§ Task objective: Repeat exactly the lines of the listing below, please, starting with the first and ending with the line containing "#4=PRODUCT_DEFINITION_FORMATION('','',#3);"; leave out the rest.

§ Material for the task:
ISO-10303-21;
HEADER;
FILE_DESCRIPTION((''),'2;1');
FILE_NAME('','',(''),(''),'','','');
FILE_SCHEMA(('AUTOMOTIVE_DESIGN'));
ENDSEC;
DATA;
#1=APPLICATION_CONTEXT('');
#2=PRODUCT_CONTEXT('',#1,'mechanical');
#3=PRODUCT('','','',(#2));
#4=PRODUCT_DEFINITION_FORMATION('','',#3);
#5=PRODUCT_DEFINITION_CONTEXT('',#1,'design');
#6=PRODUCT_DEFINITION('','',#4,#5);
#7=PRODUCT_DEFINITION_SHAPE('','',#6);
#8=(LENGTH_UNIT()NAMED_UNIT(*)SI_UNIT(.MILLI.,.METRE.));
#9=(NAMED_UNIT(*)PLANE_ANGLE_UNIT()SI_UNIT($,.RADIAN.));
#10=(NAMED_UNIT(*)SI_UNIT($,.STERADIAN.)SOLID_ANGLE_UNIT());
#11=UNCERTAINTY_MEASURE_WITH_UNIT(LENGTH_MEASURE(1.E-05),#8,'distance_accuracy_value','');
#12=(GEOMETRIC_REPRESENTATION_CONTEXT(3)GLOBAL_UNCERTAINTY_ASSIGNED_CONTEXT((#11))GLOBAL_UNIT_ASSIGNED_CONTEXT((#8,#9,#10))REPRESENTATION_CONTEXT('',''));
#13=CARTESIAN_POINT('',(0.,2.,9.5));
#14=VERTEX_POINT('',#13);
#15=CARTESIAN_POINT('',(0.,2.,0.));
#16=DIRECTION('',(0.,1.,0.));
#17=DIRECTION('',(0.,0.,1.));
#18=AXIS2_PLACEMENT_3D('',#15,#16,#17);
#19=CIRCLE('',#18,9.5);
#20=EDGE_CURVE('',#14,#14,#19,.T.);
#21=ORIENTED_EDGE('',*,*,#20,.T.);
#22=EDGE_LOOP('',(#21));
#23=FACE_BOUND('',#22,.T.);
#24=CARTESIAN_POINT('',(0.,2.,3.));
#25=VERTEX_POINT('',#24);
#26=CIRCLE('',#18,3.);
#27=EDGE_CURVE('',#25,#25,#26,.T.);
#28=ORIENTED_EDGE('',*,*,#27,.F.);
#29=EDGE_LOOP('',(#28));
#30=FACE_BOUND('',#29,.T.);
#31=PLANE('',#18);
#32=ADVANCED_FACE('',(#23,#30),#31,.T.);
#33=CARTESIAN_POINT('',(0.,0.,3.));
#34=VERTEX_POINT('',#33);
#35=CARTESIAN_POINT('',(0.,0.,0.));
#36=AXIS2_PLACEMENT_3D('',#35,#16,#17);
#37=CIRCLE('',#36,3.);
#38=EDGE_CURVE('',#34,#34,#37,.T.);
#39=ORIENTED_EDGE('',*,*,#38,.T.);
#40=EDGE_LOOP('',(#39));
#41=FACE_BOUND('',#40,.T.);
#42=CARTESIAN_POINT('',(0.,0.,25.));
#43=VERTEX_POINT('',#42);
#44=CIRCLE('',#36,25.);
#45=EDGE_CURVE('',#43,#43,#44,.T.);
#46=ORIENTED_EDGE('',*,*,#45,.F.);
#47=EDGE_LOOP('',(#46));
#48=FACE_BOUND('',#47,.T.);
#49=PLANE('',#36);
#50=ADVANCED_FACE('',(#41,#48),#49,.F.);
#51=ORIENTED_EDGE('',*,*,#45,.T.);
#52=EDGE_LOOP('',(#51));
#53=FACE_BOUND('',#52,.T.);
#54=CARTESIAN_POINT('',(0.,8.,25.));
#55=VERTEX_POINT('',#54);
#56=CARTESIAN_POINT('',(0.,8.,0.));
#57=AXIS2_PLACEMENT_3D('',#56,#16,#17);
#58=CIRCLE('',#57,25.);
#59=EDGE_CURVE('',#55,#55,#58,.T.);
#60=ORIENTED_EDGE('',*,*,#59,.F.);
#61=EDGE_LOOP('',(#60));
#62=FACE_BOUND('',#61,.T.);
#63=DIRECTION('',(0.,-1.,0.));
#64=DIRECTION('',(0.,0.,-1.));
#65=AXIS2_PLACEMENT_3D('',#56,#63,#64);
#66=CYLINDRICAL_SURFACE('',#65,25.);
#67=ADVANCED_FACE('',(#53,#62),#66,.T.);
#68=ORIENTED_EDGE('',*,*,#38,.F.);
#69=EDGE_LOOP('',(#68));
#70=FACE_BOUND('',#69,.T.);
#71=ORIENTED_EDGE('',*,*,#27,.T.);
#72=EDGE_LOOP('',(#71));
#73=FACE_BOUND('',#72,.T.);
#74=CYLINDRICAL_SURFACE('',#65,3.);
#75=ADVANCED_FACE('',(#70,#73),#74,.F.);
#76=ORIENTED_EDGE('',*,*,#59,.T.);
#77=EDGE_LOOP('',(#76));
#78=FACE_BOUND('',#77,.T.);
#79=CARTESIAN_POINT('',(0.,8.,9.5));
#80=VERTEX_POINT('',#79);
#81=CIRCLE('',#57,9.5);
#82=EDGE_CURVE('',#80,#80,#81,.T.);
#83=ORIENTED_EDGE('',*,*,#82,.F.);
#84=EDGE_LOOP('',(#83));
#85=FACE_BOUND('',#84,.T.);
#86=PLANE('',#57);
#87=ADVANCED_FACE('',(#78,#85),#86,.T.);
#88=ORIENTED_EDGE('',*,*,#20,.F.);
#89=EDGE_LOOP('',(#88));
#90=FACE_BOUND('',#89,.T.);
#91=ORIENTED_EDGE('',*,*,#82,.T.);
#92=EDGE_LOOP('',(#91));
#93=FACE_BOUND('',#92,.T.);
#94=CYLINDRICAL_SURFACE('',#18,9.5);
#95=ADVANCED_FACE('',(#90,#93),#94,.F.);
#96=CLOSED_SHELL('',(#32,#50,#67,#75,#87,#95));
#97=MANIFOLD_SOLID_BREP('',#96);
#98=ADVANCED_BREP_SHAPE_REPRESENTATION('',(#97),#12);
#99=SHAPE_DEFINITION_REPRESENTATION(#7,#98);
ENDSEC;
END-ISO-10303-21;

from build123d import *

# Parameters (mm, degrees)
ESQUISSE1_R                  = 25
BOSS_EXTRU_1_DEPTH           = 8
ESQUISSE2_R                  = 9.5
ENL_V_MAT_EXTRU_1_DEPTH      = 6
ENL_V_MAT_EXTRU_2_DEPTH      = 37.249137921
ENL_V_MAT_EXTRU_2_DEPTH_BACK = 37.249137921
ESQUISSE4_R                  = 3


with BuildPart() as part:
    # Esquisse1 → Boss.-Extru.1 (new body)
    with BuildSketch(Plane(origin=(0, 0, 0), x_dir=(1, 0, 0), z_dir=(0, 1, 0))):
        with Locations(Location((0, 0, 0), (0, 0, 270))):
            Circle(ESQUISSE1_R)
    extrude(amount=BOSS_EXTRU_1_DEPTH)

    # Esquisse2 → Enlèv. mat.-Extru.1 (cut)
    with BuildSketch(Plane(origin=(0, 8, 0), x_dir=(1, 0, 0), z_dir=(0, 1, 0))):
        with Locations(Location((0, 0, 0), (0, 0, 270))):
            Circle(ESQUISSE2_R)
    extrude(amount=-ENL_V_MAT_EXTRU_1_DEPTH, mode=Mode.SUBTRACT)

    # Esquisse4 → Enlèv. mat.-Extru.2 (cut, two sides: drawn at the far end of the back side and taken through both)
    with BuildSketch(Plane.XZ.offset(-ENL_V_MAT_EXTRU_2_DEPTH_BACK)):
        with Locations(Location((0, 0, 0), (0, 0, 90))):
            Circle(ESQUISSE4_R)
    extrude(amount=ENL_V_MAT_EXTRU_2_DEPTH + ENL_V_MAT_EXTRU_2_DEPTH_BACK, mode=Mode.SUBTRACT)


solid = part.part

§ Answer for the task:
ISO-10303-21;
HEADER;
FILE_DESCRIPTION((''),'2;1');
FILE_NAME('','',(''),(''),'','','');
FILE_SCHEMA(('AUTOMOTIVE_DESIGN'));
ENDSEC;
DATA;
#1=APPLICATION_CONTEXT('');
#2=PRODUCT_CONTEXT('',#1,'mechanical');
#3=PRODUCT('','','',(#2));
#4=PRODUCT_DEFINITION_FORMATION('','',#3);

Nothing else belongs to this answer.